→ Provided data
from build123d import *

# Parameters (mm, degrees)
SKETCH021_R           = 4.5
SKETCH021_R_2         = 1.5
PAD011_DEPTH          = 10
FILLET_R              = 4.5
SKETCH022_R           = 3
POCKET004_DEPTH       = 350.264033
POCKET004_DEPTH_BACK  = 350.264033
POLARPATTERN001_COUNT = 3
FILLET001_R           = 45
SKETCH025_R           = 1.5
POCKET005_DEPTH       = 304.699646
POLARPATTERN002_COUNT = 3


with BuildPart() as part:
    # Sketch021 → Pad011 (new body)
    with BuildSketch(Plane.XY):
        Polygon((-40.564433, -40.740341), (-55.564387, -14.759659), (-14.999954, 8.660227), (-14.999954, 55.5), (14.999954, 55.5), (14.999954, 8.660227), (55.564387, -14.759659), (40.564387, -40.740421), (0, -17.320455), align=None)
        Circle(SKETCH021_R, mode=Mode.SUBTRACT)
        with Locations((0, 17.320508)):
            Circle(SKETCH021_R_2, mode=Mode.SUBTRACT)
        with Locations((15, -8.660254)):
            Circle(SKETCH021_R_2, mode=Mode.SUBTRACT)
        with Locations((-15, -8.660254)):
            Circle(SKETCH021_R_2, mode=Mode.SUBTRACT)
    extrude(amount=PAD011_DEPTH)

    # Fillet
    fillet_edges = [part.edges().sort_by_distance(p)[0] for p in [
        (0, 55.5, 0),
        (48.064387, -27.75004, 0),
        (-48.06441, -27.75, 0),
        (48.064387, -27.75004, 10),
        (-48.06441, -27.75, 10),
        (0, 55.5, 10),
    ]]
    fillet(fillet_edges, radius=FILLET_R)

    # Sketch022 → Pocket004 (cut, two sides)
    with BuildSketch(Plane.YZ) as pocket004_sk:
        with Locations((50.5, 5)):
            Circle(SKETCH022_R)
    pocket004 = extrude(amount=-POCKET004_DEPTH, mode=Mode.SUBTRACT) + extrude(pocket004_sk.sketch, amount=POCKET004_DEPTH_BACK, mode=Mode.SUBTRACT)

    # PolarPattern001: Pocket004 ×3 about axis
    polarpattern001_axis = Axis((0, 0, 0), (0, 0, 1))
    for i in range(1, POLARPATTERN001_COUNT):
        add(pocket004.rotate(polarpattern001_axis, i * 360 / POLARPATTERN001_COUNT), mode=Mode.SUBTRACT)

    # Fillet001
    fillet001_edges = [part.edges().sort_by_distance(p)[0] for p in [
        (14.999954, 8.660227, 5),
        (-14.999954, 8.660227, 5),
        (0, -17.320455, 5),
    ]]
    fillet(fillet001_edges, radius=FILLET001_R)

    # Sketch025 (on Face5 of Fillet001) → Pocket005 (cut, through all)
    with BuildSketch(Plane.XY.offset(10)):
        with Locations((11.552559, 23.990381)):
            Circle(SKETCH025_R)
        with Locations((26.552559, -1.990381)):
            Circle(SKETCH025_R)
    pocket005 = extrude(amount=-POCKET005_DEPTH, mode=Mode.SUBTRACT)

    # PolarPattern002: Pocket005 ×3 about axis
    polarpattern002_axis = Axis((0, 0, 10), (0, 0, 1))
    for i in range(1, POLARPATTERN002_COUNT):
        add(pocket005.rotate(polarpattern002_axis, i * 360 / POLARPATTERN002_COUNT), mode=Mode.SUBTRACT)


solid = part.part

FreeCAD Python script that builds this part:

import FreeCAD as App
import Part
import Sketcher


def edges_at(feature, points):
    """Names of the edges that pass closest to the given points."""
    edges = feature.Shape.Edges
    near = lambda p: min(range(len(edges)), key=lambda i: edges[i].distToShape(Part.Vertex(*p))[0])
    return sorted({f"Edge{near(p) + 1}" for p in points})


def add_polygon(sketch, points):
    """Adds a closed chain of lines whose ends are joined by coincident constraints."""
    first, n = sketch.GeometryCount, len(points)
    for a, b in zip(points, points[1:] + points[:1]):
        sketch.addGeometry(Part.LineSegment(App.Vector(*a, 0), App.Vector(*b, 0)), False)
    for i in range(n):
        sketch.addConstraint(Sketcher.Constraint("Coincident", first + i, 2, first + (i + 1) % n, 1))

doc = App.newDocument("Part")
params = doc.addObject("Spreadsheet::Sheet", "Params")
for row, (alias, value) in enumerate([
    ("sketch1_diameter", "3 mm"),
    ("sketch1_diameter2", "3 mm"),
    ("sketch1_diameter3", "9 mm"),
    ("sketch1_diameter4", "3 mm"),
    ("sketch1_length", "30 mm"),
    ("pad1_length", "10 mm"),
    ("fillet_radius", "4.5 mm"),
    ("sketch2_diameter", "6 mm"),
    ("fillet2_radius", "45 mm"),
    ("sketch3_diameter", "3 mm"),
], start=1):
    params.set(f"A{row}", alias)
    params.set(f"B{row}", "=" + value)
    params.setAlias(f"B{row}", alias)

body = doc.addObject("PartDesign::Body", "Body")

sketch1 = body.newObject("Sketcher::SketchObject", "Sketch")
sketch1.AttachmentSupport = (doc.getObject("XY_Plane"), [""])
sketch1.MapMode = "FlatFace"
add_polygon(sketch1, [(-55.564387, -14.759659), (-40.564433, -40.740341), (0, -17.320455), (40.564387, -40.740421), (55.564387, -14.759659), (14.999954, 8.660227), (14.999954, 55.5), (-14.999954, 55.5), (-14.999954, 8.660227)])
sketch1.addGeometry(Part.Circle(App.Vector(15, -8.660254, 0), App.Vector(0, 0, 1), 1.5), False)
sketch1.addGeometry(Part.Circle(App.Vector(-15, -8.660254, 0), App.Vector(0, 0, 1), 1.5), False)
sketch1.addGeometry(Part.Circle(App.Vector(0, 0, 0), App.Vector(0, 0, 1), 4.5), False)
sketch1.addGeometry(Part.Circle(App.Vector(0, 17.320508, 0), App.Vector(0, 0, 1), 1.5), False)
sketch1.addConstraint([
    Sketcher.Constraint("Vertical", 5),
    Sketcher.Constraint("Horizontal", 6),
    Sketcher.Constraint("Vertical", 7),
    Sketcher.Constraint("Coincident", 11, 3, -1, 1),
    Sketcher.Constraint("PointOnObject", 12, 3, -2),
    Sketcher.Constraint("PointOnObject", 1, 2, -2),
    Sketcher.Constraint("Diameter", 9, 3.0),
    Sketcher.Constraint("Diameter", 10, 3.0),
    Sketcher.Constraint("Diameter", 11, 9.0),
    Sketcher.Constraint("Diameter", 12, 3.0),
    Sketcher.Constraint("Distance", 3, 30.0),
    Sketcher.Constraint("DistanceX", -1, 1, 9, 3, 15.0),
    Sketcher.Constraint("DistanceX", 10, 3, -1, 1, 15.0),
    Sketcher.Constraint("DistanceX", 2, 2, 3, 2, 15.0),
    Sketcher.Constraint("DistanceY", -1, 1, 5, 2, 55.5),
    Sketcher.Constraint("DistanceX", 6, 2, 6, 1, 29.999908),
    Sketcher.Constraint("DistanceY", 1, 2, 9, 3, 8.660201),
    Sketcher.Constraint("DistanceY", 1, 2, 10, 3, 8.660201),
    Sketcher.Constraint("DistanceY", 5, 1, 5, 2, 46.839773),
    Sketcher.Constraint("DistanceY", 7, 2, 7, 1, 46.839773),
    Sketcher.Constraint("DistanceY", -1, 1, 12, 3, 17.320508),
    Sketcher.Constraint("DistanceY", 0, 2, -1, 1, 40.740341),
    Sketcher.Constraint("DistanceY", 2, 2, -1, 1, 40.740421),
    Sketcher.Constraint("DistanceY", 8, 2, -1, 1, 14.759659),
    Sketcher.Constraint("DistanceY", 9, 3, 12, 3, 25.980762),
    Sketcher.Constraint("Distance", 0, 29.999908),
    Sketcher.Constraint("Distance", 1, 46.839772),
    Sketcher.Constraint("Distance", 2, 46.839773),
    Sketcher.Constraint("Distance", 4, 46.839772),
])
sketch1.setExpression("Constraints[15]", "Params.sketch1_diameter")
sketch1.setExpression("Constraints[16]", "Params.sketch1_diameter2")
sketch1.setExpression("Constraints[17]", "Params.sketch1_diameter3")
sketch1.setExpression("Constraints[18]", "Params.sketch1_diameter4")
sketch1.setExpression("Constraints[19]", "Params.sketch1_length")
pad1 = body.newObject("PartDesign::Pad", "Pad")
pad1.Profile = sketch1
pad1.setExpression("Length", "Params.pad1_length")
doc.recompute()

fillet = body.newObject("PartDesign::Fillet", "Fillet")
fillet.Base = (pad1, edges_at(pad1, [
    (0, 55.5, 0),
    (48.064, -27.75, 0),
    (-48.064, -27.75, 0),
    (48.064, -27.75, 10),
    (-48.064, -27.75, 10),
    (0, 55.5, 10),
]))
fillet.setExpression("Radius", "Params.fillet_radius")

sketch2 = body.newObject("Sketcher::SketchObject", "Sketch001")
sketch2.AttachmentSupport = (doc.getObject("YZ_Plane"), [""])
sketch2.MapMode = "FlatFace"
sketch2.addGeometry(Part.Circle(App.Vector(50.5, 5, 0), App.Vector(0, 0, 1), 3), False)
sketch2.addConstraint([
    Sketcher.Constraint("Diameter", 0, 6.0),
    Sketcher.Constraint("DistanceY", -1, 1, 0, 3, 5.0),
    Sketcher.Constraint("DistanceX", -1, 1, 0, 3, 50.5),
])
sketch2.setExpression("Constraints[0]", "Params.sketch2_diameter")
pocket1 = body.newObject("PartDesign::Pocket", "Pocket")
pocket1.Profile = sketch2
pocket1.Type = "ThroughAll"
pocket1.Midplane = True
doc.recompute()

polarpattern = body.newObject("PartDesign::PolarPattern", "PolarPattern")
polarpattern.Originals = [pocket1]
polarpattern.Axis = (doc.getObject("Z_Axis"), [""])
polarpattern.Angle = 360
polarpattern.Occurrences = 3
body.Tip = polarpattern
doc.recompute()

fillet2 = body.newObject("PartDesign::Fillet", "Fillet001")
fillet2.Base = (polarpattern, edges_at(polarpattern, [(15, 8.66, 5), (-15, 8.66, 5), (0, -17.32, 5)]))
fillet2.setExpression("Radius", "Params.fillet2_radius")

sketch3 = body.newObject("Sketcher::SketchObject", "Sketch002")
sketch3.AttachmentSupport = (doc.getObject("XY_Plane"), [""])
sketch3.MapMode = "FlatFace"
sketch3.AttachmentOffset = App.Placement(App.Vector(0, 0, 10), App.Rotation())
sketch3.addGeometry([
    Part.Circle(App.Vector(11.552559, 23.990381, 0), App.Vector(0, 0, 1), 1.5),
    Part.Circle(App.Vector(26.552559, -1.990381, 0), App.Vector(0, 0, 1), 1.5),
], False)
sketch3.addConstraint([
    Sketcher.Constraint("Equal", 0, 1),
    Sketcher.Constraint("Diameter", 0, 3.0),
    Sketcher.Constraint("DistanceX", 0, 3, 1, 3, 15.0),
    Sketcher.Constraint("DistanceX", -1, 1, 0, 3, 11.552559),
    Sketcher.Constraint("DistanceY", -1, 1, 0, 3, 23.990381),
    Sketcher.Constraint("DistanceY", 1, 3, -1, 1, 1.990381),
])
sketch3.setExpression("Constraints[1]", "Params.sketch3_diameter")
pocket2 = body.newObject("PartDesign::Pocket", "Pocket001")
pocket2.Profile = sketch3
pocket2.Type = "ThroughAll"
doc.recompute()

polarpattern2 = body.newObject("PartDesign::PolarPattern", "PolarPattern001")
polarpattern2.Originals = [pocket2]
polarpattern2.Axis = (doc.getObject("Z_Axis"), [""])
polarpattern2.Angle = 360
polarpattern2.Occurrences = 3
body.Tip = polarpattern2

doc.recompute()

→ About this exercise
Your task is to copy each line from the material above that includes the word "with".

→ Response for this exercise
with BuildPart() as part:
    with BuildSketch(Plane.XY):
        with Locations((0, 17.320508)):
        with Locations((15, -8.660254)):
        with Locations((-15, -8.660254)):
    with BuildSketch(Plane.YZ) as pocket004_sk:
        with Locations((50.5, 5)):
    with BuildSketch(Plane.XY.offset(10)):
        with Locations((11.552559, 23.990381)):
        with Locations((26.552559, -1.990381)):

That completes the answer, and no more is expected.